### Directions
Please give every entry again, exactly as it reads.

### Records supplied
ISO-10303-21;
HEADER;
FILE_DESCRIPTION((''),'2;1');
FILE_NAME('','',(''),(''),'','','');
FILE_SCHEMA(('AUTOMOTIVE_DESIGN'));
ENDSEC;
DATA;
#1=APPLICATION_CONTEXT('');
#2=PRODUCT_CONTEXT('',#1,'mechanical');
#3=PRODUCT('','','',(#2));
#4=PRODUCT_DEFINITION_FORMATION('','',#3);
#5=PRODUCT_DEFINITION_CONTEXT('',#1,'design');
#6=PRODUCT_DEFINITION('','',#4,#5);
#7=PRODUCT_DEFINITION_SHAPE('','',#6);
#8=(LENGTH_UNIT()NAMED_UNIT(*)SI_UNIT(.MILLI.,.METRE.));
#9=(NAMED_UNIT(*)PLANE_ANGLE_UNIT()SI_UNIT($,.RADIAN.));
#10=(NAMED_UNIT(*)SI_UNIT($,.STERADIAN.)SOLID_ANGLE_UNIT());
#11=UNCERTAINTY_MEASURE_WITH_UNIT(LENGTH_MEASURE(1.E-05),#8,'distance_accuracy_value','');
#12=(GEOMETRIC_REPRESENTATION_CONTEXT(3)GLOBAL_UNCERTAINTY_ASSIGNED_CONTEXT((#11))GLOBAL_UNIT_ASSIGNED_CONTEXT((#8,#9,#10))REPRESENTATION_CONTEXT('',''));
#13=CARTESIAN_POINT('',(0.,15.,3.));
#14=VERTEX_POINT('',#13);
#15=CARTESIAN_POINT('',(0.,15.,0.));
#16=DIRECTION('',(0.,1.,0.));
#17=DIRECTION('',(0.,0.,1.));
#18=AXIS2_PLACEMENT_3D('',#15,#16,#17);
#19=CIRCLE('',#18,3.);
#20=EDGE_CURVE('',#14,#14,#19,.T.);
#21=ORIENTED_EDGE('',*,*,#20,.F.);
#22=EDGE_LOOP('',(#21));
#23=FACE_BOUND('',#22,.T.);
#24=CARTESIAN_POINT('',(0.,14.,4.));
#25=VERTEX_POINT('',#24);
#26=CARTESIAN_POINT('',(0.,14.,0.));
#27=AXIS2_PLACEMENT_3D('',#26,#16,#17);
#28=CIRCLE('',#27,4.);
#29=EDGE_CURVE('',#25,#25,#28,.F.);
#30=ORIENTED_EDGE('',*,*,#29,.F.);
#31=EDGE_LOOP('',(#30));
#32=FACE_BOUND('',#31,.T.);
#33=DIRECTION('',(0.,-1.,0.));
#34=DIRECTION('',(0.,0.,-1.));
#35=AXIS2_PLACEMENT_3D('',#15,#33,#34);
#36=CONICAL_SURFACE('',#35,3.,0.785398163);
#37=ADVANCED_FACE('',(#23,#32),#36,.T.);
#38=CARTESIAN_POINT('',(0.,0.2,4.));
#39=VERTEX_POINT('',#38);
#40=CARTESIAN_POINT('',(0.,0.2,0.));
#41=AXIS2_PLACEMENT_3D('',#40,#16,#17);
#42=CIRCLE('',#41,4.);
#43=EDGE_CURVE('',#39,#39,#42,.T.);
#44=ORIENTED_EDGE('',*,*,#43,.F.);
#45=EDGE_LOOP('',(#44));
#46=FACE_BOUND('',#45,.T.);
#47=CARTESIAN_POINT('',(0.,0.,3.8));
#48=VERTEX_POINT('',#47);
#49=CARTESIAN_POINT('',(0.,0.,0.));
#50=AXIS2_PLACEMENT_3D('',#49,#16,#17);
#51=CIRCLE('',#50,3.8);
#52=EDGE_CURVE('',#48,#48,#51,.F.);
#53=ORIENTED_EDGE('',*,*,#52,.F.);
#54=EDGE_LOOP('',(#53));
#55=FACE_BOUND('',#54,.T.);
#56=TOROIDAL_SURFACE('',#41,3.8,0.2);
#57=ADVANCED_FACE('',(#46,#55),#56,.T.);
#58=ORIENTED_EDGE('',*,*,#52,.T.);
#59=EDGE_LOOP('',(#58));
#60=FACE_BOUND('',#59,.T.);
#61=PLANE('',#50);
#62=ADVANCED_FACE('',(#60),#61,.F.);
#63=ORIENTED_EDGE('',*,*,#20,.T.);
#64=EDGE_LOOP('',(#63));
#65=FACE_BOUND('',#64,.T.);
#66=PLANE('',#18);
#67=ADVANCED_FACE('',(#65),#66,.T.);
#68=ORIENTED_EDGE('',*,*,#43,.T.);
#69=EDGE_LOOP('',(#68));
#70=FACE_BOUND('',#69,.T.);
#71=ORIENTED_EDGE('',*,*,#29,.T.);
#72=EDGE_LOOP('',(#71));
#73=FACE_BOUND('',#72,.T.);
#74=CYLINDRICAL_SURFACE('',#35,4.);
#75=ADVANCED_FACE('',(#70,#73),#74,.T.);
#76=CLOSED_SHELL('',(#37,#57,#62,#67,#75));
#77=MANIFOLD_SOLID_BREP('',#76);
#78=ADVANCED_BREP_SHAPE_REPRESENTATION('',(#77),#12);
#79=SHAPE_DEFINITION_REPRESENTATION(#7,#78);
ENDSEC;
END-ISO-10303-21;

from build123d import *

# Parameters (mm, degrees)
SKETCH_1_R      = 4
EXTRUDE_1_DEPTH = 15
CHAMFER_1_SIZE  = 1
FILLET_1_R      = 0.2


with BuildPart() as part:
    # 草图1 → 凸台-拉伸1 (new body)
    with BuildSketch(Plane(origin=(0, 0, 0), x_dir=(1, 0, 0), z_dir=(0, 1, 0))):
        with Locations(Location((0, 0, 0), (0, 0, 270))):
            Circle(SKETCH_1_R)
    extrude(amount=EXTRUDE_1_DEPTH)

    # 倒角1
    chamfer_1_edges = [part.edges().sort_by_distance(p)[0] for p in [
        (0, 15, -4),
    ]]
    chamfer(chamfer_1_edges, length=CHAMFER_1_SIZE)

    # 圆角1
    fillet_1_edges = [part.edges().sort_by_distance(p)[0] for p in [
        (0, 0, -4),
    ]]
    fillet(fillet_1_edges, radius=FILLET_1_R)


solid = part.part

### Answer section
ISO-10303-21;
HEADER;
FILE_DESCRIPTION((''),'2;1');
FILE_NAME('','',(''),(''),'','','');
FILE_SCHEMA(('AUTOMOTIVE_DESIGN'));
ENDSEC;
DATA;
#1=APPLICATION_CONTEXT('');
#2=PRODUCT_CONTEXT('',#1,'mechanical');
#3=PRODUCT('','','',(#2));
#4=PRODUCT_DEFINITION_FORMATION('','',#3);
#5=PRODUCT_DEFINITION_CONTEXT('',#1,'design');
#6=PRODUCT_DEFINITION('','',#4,#5);
#7=PRODUCT_DEFINITION_SHAPE('','',#6);
#8=(LENGTH_UNIT()NAMED_UNIT(*)SI_UNIT(.MILLI.,.METRE.));
#9=(NAMED_UNIT(*)PLANE_ANGLE_UNIT()SI_UNIT($,.RADIAN.));
#10=(NAMED_UNIT(*)SI_UNIT($,.STERADIAN.)SOLID_ANGLE_UNIT());
#11=UNCERTAINTY_MEASURE_WITH_UNIT(LENGTH_MEASURE(1.E-05),#8,'distance_accuracy_value','');
#12=(GEOMETRIC_REPRESENTATION_CONTEXT(3)GLOBAL_UNCERTAINTY_ASSIGNED_CONTEXT((#11))GLOBAL_UNIT_ASSIGNED_CONTEXT((#8,#9,#10))REPRESENTATION_CONTEXT('',''));
#13=CARTESIAN_POINT('',(0.,15.,3.));
#14=VERTEX_POINT('',#13);
#15=CARTESIAN_POINT('',(0.,15.,0.));
#16=DIRECTION('',(0.,1.,0.));
#17=DIRECTION('',(0.,0.,1.));
#18=AXIS2_PLACEMENT_3D('',#15,#16,#17);
#19=CIRCLE('',#18,3.);
#20=EDGE_CURVE('',#14,#14,#19,.T.);
#21=ORIENTED_EDGE('',*,*,#20,.F.);
#22=EDGE_LOOP('',(#21));
#23=FACE_BOUND('',#22,.T.);
#24=CARTESIAN_POINT('',(0.,14.,4.));
#25=VERTEX_POINT('',#24);
#26=CARTESIAN_POINT('',(0.,14.,0.));
#27=AXIS2_PLACEMENT_3D('',#26,#16,#17);
#28=CIRCLE('',#27,4.);
#29=EDGE_CURVE('',#25,#25,#28,.F.);
#30=ORIENTED_EDGE('',*,*,#29,.F.);
#31=EDGE_LOOP('',(#30));
#32=FACE_BOUND('',#31,.T.);
#33=DIRECTION('',(0.,-1.,0.));
#34=DIRECTION('',(0.,0.,-1.));
#35=AXIS2_PLACEMENT_3D('',#15,#33,#34);
#36=CONICAL_SURFACE('',#35,3.,0.785398163);
#37=ADVANCED_FACE('',(#23,#32),#36,.T.);
#38=CARTESIAN_POINT('',(0.,0.2,4.));
#39=VERTEX_POINT('',#38);
#40=CARTESIAN_POINT('',(0.,0.2,0.));
#41=AXIS2_PLACEMENT_3D('',#40,#16,#17);
#42=CIRCLE('',#41,4.);
#43=EDGE_CURVE('',#39,#39,#42,.T.);
#44=ORIENTED_EDGE('',*,*,#43,.F.);
#45=EDGE_LOOP('',(#44));
#46=FACE_BOUND('',#45,.T.);
#47=CARTESIAN_POINT('',(0.,0.,3.8));
#48=VERTEX_POINT('',#47);
#49=CARTESIAN_POINT('',(0.,0.,0.));
#50=AXIS2_PLACEMENT_3D('',#49,#16,#17);
#51=CIRCLE('',#50,3.8);
#52=EDGE_CURVE('',#48,#48,#51,.F.);
#53=ORIENTED_EDGE('',*,*,#52,.F.);
#54=EDGE_LOOP('',(#53));
#55=FACE_BOUND('',#54,.T.);
#56=TOROIDAL_SURFACE('',#41,3.8,0.2);
#57=ADVANCED_FACE('',(#46,#55),#56,.T.);
#58=ORIENTED_EDGE('',*,*,#52,.T.);
#59=EDGE_LOOP('',(#58));
#60=FACE_BOUND('',#59,.T.);
#61=PLANE('',#50);
#62=ADVANCED_FACE('',(#60),#61,.F.);
#63=ORIENTED_EDGE('',*,*,#20,.T.);
#64=EDGE_LOOP('',(#63));
#65=FACE_BOUND('',#64,.T.);
#66=PLANE('',#18);
#67=ADVANCED_FACE('',(#65),#66,.T.);
#68=ORIENTED_EDGE('',*,*,#43,.T.);
#69=EDGE_LOOP('',(#68));
#70=FACE_BOUND('',#69,.T.);
#71=ORIENTED_EDGE('',*,*,#29,.T.);
#72=EDGE_LOOP('',(#71));
#73=FACE_BOUND('',#72,.T.);
#74=CYLINDRICAL_SURFACE('',#35,4.);
#75=ADVANCED_FACE('',(#70,#73),#74,.T.);
#76=CLOSED_SHELL('',(#37,#57,#62,#67,#75));
#77=MANIFOLD_SOLID_BREP('',#76);
#78=ADVANCED_BREP_SHAPE_REPRESENTATION('',(#77),#12);
#79=SHAPE_DEFINITION_REPRESENTATION(#7,#78);
ENDSEC;
END-ISO-10303-21;

from build123d import *

# Parameters (mm, degrees)
SKETCH_1_R      = 4
EXTRUDE_1_DEPTH = 15
CHAMFER_1_SIZE  = 1
FILLET_1_R      = 0.2


with BuildPart() as part:
    # 草图1 → 凸台-拉伸1 (new body)
    with BuildSketch(Plane(origin=(0, 0, 0), x_dir=(1, 0, 0), z_dir=(0, 1, 0))):
        with Locations(Location((0, 0, 0), (0, 0, 270))):
            Circle(SKETCH_1_R)
    extrude(amount=EXTRUDE_1_DEPTH)

    # 倒角1
    chamfer_1_edges = [part.edges().sort_by_distance(p)[0] for p in [
        (0, 15, -4),
    ]]
    chamfer(chamfer_1_edges, length=CHAMFER_1_SIZE)

    # 圆角1
    fillet_1_edges = [part.edges().sort_by_distance(p)[0] for p in [
        (0, 0, -4),
    ]]
    fillet(fillet_1_edges, radius=FILLET_1_R)


solid = part.part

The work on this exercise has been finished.